# A Diversion



## DLT (Apr 14, 2003)

Since Gov. Pawlenty wants to talk with Gov. Hoeven about this years changes in nonresident regulations, perhaps the North Dakota hunters should bend the ear of Governor Hoeven asking him to converse with South Dakota's Governor Rounds about their waterfowl regulations. Hoeven could ask Rounds to request the South Dakota legislature to INCREASE the limit of 6,000 nonresident waterfowl hunters substantially, closer to North Dakota's. IF South Dakota would absorb some of the numbers now frequenting North Dakota, it should be a win for both of us. Appears that South Dakota can absorb many more, and we would like a few less. What a great diversion. Gov. Hoeven has now announced that he is running for another term, and needs all the votes he can get. Maybe he would finally

listen to the sportsmen.

Doubtful, of course, that South Dakota wants to alienate their own residents, or spoil their waterfowl hunting.

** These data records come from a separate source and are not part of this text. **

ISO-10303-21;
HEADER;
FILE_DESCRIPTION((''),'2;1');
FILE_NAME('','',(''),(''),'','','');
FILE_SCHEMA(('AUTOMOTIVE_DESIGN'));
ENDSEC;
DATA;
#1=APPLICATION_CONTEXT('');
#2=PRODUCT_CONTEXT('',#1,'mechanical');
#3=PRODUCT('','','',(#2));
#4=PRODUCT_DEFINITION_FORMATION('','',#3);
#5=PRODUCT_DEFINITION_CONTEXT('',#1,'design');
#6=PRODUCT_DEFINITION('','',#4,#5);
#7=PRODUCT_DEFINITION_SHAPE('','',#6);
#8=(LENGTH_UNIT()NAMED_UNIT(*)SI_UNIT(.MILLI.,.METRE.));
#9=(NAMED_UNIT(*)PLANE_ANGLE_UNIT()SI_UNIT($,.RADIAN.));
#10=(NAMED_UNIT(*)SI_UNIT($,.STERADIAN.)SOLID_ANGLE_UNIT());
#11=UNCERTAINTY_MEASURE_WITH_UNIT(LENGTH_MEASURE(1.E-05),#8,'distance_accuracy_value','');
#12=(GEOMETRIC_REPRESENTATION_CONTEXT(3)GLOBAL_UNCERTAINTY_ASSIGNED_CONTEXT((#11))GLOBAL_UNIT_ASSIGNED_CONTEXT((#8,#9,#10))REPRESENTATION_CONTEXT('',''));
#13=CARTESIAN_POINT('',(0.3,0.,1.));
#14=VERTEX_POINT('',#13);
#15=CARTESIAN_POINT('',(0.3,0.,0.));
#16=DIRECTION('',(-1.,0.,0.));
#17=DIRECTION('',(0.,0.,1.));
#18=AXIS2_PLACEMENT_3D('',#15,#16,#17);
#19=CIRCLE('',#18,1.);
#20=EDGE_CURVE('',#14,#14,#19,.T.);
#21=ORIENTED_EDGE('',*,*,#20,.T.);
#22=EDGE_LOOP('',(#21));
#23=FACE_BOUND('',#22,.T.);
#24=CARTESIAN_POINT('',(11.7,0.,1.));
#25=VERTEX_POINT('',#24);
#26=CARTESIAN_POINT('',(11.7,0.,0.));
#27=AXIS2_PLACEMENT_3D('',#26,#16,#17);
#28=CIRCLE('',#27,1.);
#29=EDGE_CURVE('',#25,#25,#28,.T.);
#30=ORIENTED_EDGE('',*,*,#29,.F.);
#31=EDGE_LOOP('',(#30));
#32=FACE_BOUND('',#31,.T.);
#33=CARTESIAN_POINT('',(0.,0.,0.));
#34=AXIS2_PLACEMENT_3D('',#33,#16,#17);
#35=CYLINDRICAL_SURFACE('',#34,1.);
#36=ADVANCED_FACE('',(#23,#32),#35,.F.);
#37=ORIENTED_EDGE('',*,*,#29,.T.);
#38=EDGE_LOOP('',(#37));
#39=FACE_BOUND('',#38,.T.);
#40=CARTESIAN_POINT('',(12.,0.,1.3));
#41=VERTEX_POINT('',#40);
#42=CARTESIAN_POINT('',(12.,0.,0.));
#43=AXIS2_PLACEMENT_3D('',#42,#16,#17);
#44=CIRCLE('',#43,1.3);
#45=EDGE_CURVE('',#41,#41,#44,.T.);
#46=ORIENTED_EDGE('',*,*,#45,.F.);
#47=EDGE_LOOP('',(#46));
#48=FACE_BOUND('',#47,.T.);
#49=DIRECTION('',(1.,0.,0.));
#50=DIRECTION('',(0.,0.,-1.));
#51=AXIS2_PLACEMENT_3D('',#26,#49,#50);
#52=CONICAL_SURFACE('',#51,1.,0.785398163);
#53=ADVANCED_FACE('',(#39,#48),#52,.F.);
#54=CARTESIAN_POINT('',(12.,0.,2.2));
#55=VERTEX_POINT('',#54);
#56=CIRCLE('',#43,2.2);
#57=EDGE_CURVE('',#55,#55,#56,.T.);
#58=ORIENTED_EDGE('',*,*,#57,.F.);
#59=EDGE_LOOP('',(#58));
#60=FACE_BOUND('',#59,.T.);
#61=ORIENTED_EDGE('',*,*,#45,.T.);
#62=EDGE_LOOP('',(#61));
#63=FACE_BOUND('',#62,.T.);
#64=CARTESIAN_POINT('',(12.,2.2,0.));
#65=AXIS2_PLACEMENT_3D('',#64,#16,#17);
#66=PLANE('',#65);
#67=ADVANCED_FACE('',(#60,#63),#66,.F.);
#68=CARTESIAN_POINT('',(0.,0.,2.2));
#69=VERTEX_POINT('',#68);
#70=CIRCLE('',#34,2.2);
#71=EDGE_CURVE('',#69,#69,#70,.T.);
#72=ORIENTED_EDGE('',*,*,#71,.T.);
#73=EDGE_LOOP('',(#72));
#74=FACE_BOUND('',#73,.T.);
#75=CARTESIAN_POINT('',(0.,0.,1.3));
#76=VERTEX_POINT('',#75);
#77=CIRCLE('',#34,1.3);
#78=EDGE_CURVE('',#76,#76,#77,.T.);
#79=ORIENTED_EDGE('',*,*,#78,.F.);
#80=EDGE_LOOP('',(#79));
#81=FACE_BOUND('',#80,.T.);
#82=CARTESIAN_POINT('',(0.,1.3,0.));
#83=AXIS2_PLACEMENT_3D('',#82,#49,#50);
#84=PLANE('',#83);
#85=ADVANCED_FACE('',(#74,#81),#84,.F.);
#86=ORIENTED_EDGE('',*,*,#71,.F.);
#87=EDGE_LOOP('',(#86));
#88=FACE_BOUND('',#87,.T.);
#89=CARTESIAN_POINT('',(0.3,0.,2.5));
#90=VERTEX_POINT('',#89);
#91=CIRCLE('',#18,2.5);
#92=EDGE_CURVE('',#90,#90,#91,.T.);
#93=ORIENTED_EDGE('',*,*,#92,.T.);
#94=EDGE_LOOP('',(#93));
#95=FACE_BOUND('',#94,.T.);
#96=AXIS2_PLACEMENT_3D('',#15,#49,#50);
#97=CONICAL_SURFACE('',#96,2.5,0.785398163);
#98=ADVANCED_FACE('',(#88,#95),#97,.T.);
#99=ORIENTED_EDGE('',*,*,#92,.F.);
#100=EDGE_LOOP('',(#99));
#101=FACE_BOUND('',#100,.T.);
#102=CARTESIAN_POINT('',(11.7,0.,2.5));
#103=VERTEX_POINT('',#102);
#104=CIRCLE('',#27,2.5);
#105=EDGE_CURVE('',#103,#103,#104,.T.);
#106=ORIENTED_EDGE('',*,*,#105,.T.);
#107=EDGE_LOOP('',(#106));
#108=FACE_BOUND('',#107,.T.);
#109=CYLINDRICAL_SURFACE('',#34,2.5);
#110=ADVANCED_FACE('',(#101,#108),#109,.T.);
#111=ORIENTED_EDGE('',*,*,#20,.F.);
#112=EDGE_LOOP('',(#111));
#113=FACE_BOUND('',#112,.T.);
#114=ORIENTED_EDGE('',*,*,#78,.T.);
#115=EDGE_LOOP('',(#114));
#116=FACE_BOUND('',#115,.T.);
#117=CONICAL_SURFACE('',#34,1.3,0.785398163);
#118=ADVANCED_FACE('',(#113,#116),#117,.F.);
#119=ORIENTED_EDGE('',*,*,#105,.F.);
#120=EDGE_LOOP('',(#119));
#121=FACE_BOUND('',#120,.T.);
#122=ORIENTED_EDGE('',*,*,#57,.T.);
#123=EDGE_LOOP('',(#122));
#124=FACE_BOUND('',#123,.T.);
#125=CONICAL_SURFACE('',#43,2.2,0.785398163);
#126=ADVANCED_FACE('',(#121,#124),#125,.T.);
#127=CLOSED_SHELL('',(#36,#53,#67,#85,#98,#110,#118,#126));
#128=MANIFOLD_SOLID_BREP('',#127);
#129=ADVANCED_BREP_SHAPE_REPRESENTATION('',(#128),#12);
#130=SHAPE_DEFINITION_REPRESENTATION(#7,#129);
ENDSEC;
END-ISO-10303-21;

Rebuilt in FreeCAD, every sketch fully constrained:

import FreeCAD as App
import Part
import Sketcher

V = App.Vector

doc = App.newDocument("Part")
body = doc.addObject("PartDesign::Body", "Body")

# Sketch on XY plane
sketch1 = body.newObject("Sketcher::SketchObject", "Sketch")
sketch1.AttachmentSupport = (doc.getObject("XY_Plane"), [""])
sketch1.MapMode = "FlatFace"
sketch1.addGeometry([
    Part.LineSegment(V(0, 2.2, 0), V(0, 1.3, 0)),  # 0
    Part.LineSegment(V(0, 1.3, 0), V(0.3, 1, 0)),  # 1
    Part.LineSegment(V(0.3, 1, 0), V(11.7, 1, 0)),  # 2
    Part.LineSegment(V(11.7, 1, 0), V(12, 1.3, 0)),  # 3
    Part.LineSegment(V(12, 1.3, 0), V(12, 2.2, 0)),  # 4
    Part.LineSegment(V(12, 2.2, 0), V(11.7, 2.5, 0)),  # 5
    Part.LineSegment(V(11.7, 2.5, 0), V(0.3, 2.5, 0)),  # 6
    Part.LineSegment(V(0.3, 2.5, 0), V(0, 2.2, 0)),  # 7
], False)
sketch1.addConstraint([
    Sketcher.Constraint("Coincident", 0, 2, 1, 1),
    Sketcher.Constraint("Coincident", 1, 2, 2, 1),
    Sketcher.Constraint("Coincident", 2, 2, 3, 1),
    Sketcher.Constraint("Coincident", 3, 2, 4, 1),
    Sketcher.Constraint("Coincident", 4, 2, 5, 1),
    Sketcher.Constraint("Coincident", 5, 2, 6, 1),
    Sketcher.Constraint("Coincident", 6, 2, 7, 1),
    Sketcher.Constraint("Coincident", 7, 2, 0, 1),
    Sketcher.Constraint("Vertical", 0),
    Sketcher.Constraint("Horizontal", 2),
    Sketcher.Constraint("Vertical", 4),
    Sketcher.Constraint("Horizontal", 6),
    Sketcher.Constraint("PointOnObject", 0, 2, -2),
    Sketcher.Constraint("Perpendicular", 1, 3),
    Sketcher.Constraint("Perpendicular", 3, 5),
    Sketcher.Constraint("Perpendicular", 5, 7),
    Sketcher.Constraint("Horizontal", 0, 2, 3, 2),
    Sketcher.Constraint("Horizontal", 4, 2, 7, 2),
    Sketcher.Constraint("Vertical", 2, 2, 5, 2),
    Sketcher.Constraint("Vertical", 1, 2, 6, 2),
    Sketcher.Constraint("DistanceX", 2, 1, 2, 2, 11.4),
    Sketcher.Constraint("DistanceY", 0, 2, 0, 1, 0.9),
    Sketcher.Constraint("DistanceY", -1, 1, 1, 2, 1.0),
    Sketcher.Constraint("DistanceX", -1, 1, 3, 2, 12.0),
])
revolution = body.newObject("PartDesign::Revolution", "Revolution")
revolution.Profile = sketch1
revolution.ReferenceAxis = (sketch1, ["H_Axis"])
revolution.Angle = 360

doc.recompute()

But, we should not be above asking our Governor for help in this area. 
After all, he stated during the "pheasantgate dilema" that "....our North Dakota resident hunters will be very well taken care of".

One of my Christmas wishes!!!!!


----------



## Fetch (Mar 1, 2002)

I would think this should be a ideal thing for the etree ???


----------



## tmorrie (Apr 1, 2002)

It's still a mystery to me how SD get's away with their non-res waterfowl cap, it's been in place so long at such a low number alot of people forget that their a big part of issues ND is having. Pawlenty and Hoeven should invite Mike Rounds to their meeting as well.


----------



## nodakoutdoors.com (Feb 27, 2002)

tmorrie said:


> It's still a mystery to me how SD get's away with their non-res waterfowl cap, it's been in place so long at such a low number alot of people forget that their a big part of issues ND is having. Pawlenty and Hoeven should invite Mike Rounds to their meeting as well.


The guys in SD that I know say it's the only thing they got going left since the entire pheasant industry is sold out.


----------



## redlabel (Mar 7, 2002)

When North Dakota has all that we offer, why would they bother with South Dakota.


----------



## tmorrie (Apr 1, 2002)

I can somewhat see their arguement that with the huge number of non-resident pheasant hunters in SD that they deserve to not have the same thing happen to waterfowl.

Redlabel, why SD? More pheasants and waterfowl galore after they move down from being pressured in Canada and ND. Going to SD pheasant hunting in late Oct.-Nov. huge concentrations of waterfowl like ND in the mid 90's


----------